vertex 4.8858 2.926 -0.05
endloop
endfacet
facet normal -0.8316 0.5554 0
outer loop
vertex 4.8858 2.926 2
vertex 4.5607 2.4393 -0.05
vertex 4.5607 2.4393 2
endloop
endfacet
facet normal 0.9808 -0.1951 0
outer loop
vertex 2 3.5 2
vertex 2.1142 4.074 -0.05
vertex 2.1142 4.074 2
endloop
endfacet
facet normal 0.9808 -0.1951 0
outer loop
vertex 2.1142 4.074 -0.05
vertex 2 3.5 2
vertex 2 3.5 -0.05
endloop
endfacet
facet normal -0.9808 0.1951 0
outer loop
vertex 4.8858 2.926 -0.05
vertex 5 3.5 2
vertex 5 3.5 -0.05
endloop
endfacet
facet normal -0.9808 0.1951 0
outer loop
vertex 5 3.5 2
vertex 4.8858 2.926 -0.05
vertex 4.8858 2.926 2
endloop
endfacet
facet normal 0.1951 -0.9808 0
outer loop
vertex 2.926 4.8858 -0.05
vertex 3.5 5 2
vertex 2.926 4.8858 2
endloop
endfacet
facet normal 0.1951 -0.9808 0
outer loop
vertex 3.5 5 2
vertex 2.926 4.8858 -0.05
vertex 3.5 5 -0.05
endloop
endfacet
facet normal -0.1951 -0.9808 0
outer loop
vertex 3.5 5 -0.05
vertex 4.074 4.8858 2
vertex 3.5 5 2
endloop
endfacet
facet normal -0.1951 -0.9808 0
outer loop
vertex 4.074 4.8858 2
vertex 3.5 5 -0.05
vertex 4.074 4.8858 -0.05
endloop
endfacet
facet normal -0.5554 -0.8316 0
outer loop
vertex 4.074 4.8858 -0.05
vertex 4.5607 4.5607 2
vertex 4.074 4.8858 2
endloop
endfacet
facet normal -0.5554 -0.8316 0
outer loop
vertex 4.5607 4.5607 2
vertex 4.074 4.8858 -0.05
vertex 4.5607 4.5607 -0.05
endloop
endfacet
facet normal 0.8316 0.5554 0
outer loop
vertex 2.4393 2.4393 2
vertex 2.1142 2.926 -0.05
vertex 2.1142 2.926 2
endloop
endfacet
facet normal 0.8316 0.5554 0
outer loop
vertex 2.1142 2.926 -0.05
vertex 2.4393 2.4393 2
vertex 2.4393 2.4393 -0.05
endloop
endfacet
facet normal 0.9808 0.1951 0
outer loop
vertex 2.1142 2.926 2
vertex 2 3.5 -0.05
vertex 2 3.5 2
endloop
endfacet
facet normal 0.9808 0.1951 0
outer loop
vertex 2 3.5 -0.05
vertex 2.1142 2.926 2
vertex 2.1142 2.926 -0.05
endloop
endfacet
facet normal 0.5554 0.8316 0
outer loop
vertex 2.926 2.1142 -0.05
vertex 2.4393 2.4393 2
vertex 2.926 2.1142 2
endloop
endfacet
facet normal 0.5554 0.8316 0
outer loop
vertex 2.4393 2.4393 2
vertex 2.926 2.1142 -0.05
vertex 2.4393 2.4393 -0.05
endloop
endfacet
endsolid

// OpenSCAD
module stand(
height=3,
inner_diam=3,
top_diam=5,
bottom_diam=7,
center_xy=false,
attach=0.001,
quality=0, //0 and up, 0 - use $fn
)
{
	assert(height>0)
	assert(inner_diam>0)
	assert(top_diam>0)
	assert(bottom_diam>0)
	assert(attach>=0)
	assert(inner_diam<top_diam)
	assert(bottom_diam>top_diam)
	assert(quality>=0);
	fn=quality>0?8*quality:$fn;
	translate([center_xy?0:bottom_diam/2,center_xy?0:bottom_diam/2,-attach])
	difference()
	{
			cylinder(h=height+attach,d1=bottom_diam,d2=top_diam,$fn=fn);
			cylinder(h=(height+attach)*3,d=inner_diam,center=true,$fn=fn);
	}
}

____

Report only the number of lines in the listing that contain the word "attach".

* Response
5